To start, I’d like to hear your overall perspective on how some of these businesses are performing. The economy shows strong GDP, but we're seeing some weakness in packaging. New residential construction seems to be holding up reasonably well, despite mortgage rates being at their highest in decades. Can you discuss the factors at play in these trends and whether you are surprised by their evolution or anything else you'd like to mention?
Yes. That's a really good question, Ketan, and what I would start with is we're probably being unfair to the packaging group in terms of how we look at it. Their performance is being compared to pandemic-era performance, which was off the charts. So I think if we go back and look at 2019 and before that, the packaging returns have still been much better than they were back then. And I think that's a fair trend line to look at. So while they're coming off of historic highs in terms of volumes and profitability, I think they still have settled in at a level that's higher than historical for us. So while we'll continue to push and strive and try to make sure that we're doing the best we can do, they still have reached a higher elevation in their structure, so that's a plus. On the construction side, the resilience of the housing market has been a pleasant tailwind for us. So I think that's terrific. And again, as we've talked before, the volume of housing starts as long as it's at a reasonable level, we can still be very profitable and do very well. And it appears to me that it should stay within those ranges, at least at present for the information we have. And on the retail side, I guess what I would say is while some of the big box customers are predicting maybe a 2% to 5% decline in volumes for '24. They also predicted a down volume in '23, and our product mix has benefited, and our units are actually doing very well relative to what other products in the stores are doing. So there's a bit of an anomaly that we have to be careful of, and just because they're predicted down 2% to 5%, that may not be the same in our product categories. But I would tell you, Ketan, that it is a mixed bag, so to speak, and it's going to affect different markets differently. But overall, I'm still very pleased that we're at a higher level than historical in terms of margins on the sales volumes that we have. And I think we're well positioned, as I said before, to adjust to whatever the economy tends to throw our way.

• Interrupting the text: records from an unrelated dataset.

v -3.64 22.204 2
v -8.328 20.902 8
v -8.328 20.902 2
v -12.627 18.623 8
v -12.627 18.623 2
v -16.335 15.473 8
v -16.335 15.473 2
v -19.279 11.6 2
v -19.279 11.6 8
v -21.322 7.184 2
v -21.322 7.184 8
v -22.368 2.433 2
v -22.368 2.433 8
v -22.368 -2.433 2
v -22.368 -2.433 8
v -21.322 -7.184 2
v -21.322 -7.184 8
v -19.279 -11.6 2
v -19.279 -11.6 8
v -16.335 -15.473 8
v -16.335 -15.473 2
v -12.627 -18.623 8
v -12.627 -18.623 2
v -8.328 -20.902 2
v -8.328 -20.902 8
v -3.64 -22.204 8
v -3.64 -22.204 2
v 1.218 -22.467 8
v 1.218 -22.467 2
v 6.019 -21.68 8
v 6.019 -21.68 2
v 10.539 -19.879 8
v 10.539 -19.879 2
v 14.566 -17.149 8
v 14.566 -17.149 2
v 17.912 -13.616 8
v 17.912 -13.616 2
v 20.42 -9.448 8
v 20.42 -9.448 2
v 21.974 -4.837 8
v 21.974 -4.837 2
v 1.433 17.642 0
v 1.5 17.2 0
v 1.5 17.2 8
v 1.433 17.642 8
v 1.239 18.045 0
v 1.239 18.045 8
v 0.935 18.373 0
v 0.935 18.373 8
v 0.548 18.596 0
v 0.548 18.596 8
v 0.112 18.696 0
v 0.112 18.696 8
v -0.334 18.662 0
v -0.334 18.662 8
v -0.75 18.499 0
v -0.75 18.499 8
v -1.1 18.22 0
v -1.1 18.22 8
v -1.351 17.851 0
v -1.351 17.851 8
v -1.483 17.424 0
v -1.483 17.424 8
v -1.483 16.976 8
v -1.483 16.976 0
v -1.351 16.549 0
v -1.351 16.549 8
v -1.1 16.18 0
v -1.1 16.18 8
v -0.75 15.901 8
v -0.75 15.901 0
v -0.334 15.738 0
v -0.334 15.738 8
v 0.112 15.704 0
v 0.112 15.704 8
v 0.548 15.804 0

I have one more question. Looking at the Site Built business, I know Q4 is usually slower due to seasonality. Outside of that, are you noticing any signs of stabilization at our current levels, or is there further pressure? What feedback are you getting from your customers? Please address both the single-family and multifamily aspects.

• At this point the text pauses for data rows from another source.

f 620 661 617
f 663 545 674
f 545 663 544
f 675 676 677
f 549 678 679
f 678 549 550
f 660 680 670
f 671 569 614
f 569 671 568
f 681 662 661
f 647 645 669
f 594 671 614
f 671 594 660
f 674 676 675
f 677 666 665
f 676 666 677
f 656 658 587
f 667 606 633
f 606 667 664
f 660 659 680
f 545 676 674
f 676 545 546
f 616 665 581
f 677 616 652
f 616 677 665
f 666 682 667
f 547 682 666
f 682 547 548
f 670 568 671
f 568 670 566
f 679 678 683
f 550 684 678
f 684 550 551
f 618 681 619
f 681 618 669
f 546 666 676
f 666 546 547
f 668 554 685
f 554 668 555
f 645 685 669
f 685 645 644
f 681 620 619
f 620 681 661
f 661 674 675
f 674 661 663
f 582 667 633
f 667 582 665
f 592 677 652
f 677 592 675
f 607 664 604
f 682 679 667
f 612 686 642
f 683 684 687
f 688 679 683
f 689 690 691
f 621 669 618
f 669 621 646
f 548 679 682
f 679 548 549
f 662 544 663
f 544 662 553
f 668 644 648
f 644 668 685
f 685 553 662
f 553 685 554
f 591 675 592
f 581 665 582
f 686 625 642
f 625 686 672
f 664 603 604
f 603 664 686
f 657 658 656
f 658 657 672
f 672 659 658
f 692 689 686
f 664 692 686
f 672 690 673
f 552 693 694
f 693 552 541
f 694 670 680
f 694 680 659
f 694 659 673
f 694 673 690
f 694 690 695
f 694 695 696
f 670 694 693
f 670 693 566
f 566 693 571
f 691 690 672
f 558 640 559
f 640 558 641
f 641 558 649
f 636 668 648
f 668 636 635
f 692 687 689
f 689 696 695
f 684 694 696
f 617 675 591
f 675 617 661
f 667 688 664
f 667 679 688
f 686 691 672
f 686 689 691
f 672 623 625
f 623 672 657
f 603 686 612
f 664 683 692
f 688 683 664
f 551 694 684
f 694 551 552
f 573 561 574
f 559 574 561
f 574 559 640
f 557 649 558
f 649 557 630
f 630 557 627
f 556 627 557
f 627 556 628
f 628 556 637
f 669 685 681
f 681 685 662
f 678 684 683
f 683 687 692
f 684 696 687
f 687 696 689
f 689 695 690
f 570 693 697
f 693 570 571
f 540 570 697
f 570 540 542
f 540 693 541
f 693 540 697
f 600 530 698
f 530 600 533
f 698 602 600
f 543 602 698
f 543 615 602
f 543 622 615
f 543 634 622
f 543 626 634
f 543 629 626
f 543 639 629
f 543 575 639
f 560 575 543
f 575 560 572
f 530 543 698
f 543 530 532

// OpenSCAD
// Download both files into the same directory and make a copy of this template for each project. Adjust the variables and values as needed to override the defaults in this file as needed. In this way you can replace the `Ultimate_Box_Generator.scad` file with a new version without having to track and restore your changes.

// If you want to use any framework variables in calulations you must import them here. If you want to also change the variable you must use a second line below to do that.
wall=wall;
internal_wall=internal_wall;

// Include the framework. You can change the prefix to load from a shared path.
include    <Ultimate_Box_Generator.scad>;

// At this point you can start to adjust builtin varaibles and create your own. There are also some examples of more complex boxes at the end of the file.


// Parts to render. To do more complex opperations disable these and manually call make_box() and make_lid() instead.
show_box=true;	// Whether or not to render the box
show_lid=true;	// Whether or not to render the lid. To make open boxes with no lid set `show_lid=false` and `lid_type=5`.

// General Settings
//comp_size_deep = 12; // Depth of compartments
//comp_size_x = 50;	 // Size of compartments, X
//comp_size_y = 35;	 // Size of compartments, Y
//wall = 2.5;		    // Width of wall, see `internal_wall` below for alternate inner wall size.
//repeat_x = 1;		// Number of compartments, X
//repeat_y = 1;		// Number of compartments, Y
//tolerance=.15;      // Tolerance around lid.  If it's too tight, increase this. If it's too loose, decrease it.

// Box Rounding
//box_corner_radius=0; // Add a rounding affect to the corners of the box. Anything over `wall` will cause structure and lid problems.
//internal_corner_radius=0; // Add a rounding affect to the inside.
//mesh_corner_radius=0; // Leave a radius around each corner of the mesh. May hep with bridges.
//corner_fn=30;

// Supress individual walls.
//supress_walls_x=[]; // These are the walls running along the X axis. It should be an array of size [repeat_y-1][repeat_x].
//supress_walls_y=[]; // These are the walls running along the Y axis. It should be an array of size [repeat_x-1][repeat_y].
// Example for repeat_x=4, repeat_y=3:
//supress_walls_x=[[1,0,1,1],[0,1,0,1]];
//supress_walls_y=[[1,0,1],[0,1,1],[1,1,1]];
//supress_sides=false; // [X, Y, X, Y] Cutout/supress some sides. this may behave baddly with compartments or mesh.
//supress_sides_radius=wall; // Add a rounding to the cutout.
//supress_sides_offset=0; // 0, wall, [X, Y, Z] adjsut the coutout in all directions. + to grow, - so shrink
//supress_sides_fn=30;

Yes. So on the single-family side, I think there's a slight decline that's predicted. On the multifamily, from where we are, we're looking at pretty good order file through '24, probably more softness than '25, and so that's the macro view. I would tell you that in our markets, and as you know, we're not in all the national markets so using national figures doesn't necessarily describe where we are. So I would tell you that the mid-Atlantic area has been very resilient, still is. And Texas is still a good market, upstate New York and Colorado are still holding firm on where they are. So that's obviously subject to change, but I would expect there to be some continued softness on single-family starts or smaller homes, some way to make them more affordable in the near term.

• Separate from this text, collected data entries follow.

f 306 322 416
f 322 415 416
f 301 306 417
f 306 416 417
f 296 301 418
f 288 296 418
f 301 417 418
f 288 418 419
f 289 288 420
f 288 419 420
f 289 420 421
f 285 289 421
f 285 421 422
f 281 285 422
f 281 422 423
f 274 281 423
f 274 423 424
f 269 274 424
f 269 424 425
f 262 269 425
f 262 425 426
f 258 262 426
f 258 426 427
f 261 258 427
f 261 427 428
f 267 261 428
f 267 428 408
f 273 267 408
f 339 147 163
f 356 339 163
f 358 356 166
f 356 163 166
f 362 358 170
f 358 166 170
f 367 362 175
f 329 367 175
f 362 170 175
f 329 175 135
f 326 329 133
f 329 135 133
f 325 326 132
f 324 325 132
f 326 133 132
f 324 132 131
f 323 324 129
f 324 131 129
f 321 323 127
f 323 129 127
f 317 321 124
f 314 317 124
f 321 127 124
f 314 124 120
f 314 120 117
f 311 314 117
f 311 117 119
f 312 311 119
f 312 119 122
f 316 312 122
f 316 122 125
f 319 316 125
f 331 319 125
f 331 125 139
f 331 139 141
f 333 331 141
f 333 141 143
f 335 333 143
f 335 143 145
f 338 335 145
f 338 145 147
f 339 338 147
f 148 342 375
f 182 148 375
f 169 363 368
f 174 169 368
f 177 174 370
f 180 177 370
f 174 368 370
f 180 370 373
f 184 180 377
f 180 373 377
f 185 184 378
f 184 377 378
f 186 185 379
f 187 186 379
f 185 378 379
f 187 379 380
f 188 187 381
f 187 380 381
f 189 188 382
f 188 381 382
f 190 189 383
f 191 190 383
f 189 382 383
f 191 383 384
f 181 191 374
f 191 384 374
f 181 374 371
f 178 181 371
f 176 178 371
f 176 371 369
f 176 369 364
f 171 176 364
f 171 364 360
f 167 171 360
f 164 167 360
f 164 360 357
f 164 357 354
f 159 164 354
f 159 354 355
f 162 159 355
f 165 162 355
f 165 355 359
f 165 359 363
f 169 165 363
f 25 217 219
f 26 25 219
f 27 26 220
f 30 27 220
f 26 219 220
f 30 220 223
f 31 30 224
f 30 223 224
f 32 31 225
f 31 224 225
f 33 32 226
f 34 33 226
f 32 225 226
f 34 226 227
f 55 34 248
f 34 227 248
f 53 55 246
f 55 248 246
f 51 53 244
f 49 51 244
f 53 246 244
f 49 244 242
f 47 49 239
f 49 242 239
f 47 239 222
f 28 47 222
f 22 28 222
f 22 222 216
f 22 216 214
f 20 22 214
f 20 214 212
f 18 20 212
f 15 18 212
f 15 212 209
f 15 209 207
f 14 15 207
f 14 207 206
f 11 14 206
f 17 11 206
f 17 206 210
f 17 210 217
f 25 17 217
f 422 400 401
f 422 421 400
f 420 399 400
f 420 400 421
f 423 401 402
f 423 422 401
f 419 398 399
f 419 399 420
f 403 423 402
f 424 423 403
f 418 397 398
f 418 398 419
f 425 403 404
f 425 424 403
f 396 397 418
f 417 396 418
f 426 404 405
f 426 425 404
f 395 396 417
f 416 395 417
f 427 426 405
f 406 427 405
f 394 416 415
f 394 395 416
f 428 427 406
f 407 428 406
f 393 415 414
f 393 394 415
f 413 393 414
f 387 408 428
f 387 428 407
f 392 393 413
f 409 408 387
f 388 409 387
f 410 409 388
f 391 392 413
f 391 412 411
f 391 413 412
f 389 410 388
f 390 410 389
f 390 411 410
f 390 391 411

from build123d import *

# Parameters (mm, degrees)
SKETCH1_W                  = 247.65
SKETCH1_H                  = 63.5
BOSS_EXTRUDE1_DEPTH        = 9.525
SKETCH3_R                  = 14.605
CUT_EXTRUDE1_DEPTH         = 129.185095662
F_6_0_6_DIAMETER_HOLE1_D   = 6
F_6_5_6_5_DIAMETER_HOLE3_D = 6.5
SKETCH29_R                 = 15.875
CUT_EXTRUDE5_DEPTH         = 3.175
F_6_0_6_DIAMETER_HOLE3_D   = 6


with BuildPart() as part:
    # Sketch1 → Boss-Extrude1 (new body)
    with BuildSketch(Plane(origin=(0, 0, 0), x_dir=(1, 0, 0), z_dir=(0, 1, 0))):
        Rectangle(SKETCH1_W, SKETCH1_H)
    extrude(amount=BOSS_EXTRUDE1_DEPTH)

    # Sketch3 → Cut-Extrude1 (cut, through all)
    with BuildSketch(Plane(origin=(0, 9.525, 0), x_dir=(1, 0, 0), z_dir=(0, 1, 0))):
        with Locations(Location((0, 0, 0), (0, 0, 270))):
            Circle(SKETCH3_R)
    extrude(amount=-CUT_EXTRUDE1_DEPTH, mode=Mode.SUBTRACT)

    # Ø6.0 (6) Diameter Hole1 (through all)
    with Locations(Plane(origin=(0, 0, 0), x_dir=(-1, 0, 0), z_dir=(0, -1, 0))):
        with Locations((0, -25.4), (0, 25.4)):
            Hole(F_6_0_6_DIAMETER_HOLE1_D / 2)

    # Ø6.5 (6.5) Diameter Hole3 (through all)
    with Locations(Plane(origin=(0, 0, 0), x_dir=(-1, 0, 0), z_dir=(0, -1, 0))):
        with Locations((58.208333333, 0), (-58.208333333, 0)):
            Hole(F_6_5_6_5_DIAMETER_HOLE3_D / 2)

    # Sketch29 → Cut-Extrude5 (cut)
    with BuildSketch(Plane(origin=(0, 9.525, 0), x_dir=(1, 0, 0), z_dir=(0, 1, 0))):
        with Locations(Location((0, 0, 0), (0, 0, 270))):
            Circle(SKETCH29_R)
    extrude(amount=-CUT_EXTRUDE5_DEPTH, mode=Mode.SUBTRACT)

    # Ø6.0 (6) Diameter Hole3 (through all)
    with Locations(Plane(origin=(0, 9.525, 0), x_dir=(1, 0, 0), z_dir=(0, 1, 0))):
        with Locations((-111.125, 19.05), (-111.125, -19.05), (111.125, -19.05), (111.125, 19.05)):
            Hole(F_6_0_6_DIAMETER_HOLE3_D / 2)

I'm showing no further questions in the queue at this time. I would now like to turn the call back over to Mr. Matt Missad for any closing remarks.
Well, thank you again for spending the time with us today. We really appreciate it. As Felix Cornell says, nothing good is easy, but our team is strong and has faced much bigger challenges in the past and overcome them. Thank you for your investment in us, and we'll keep working hard to ensure great long-term returns. Have a great day and Go Lions.
Thank you for participating. This concludes today's program. You may now disconnect.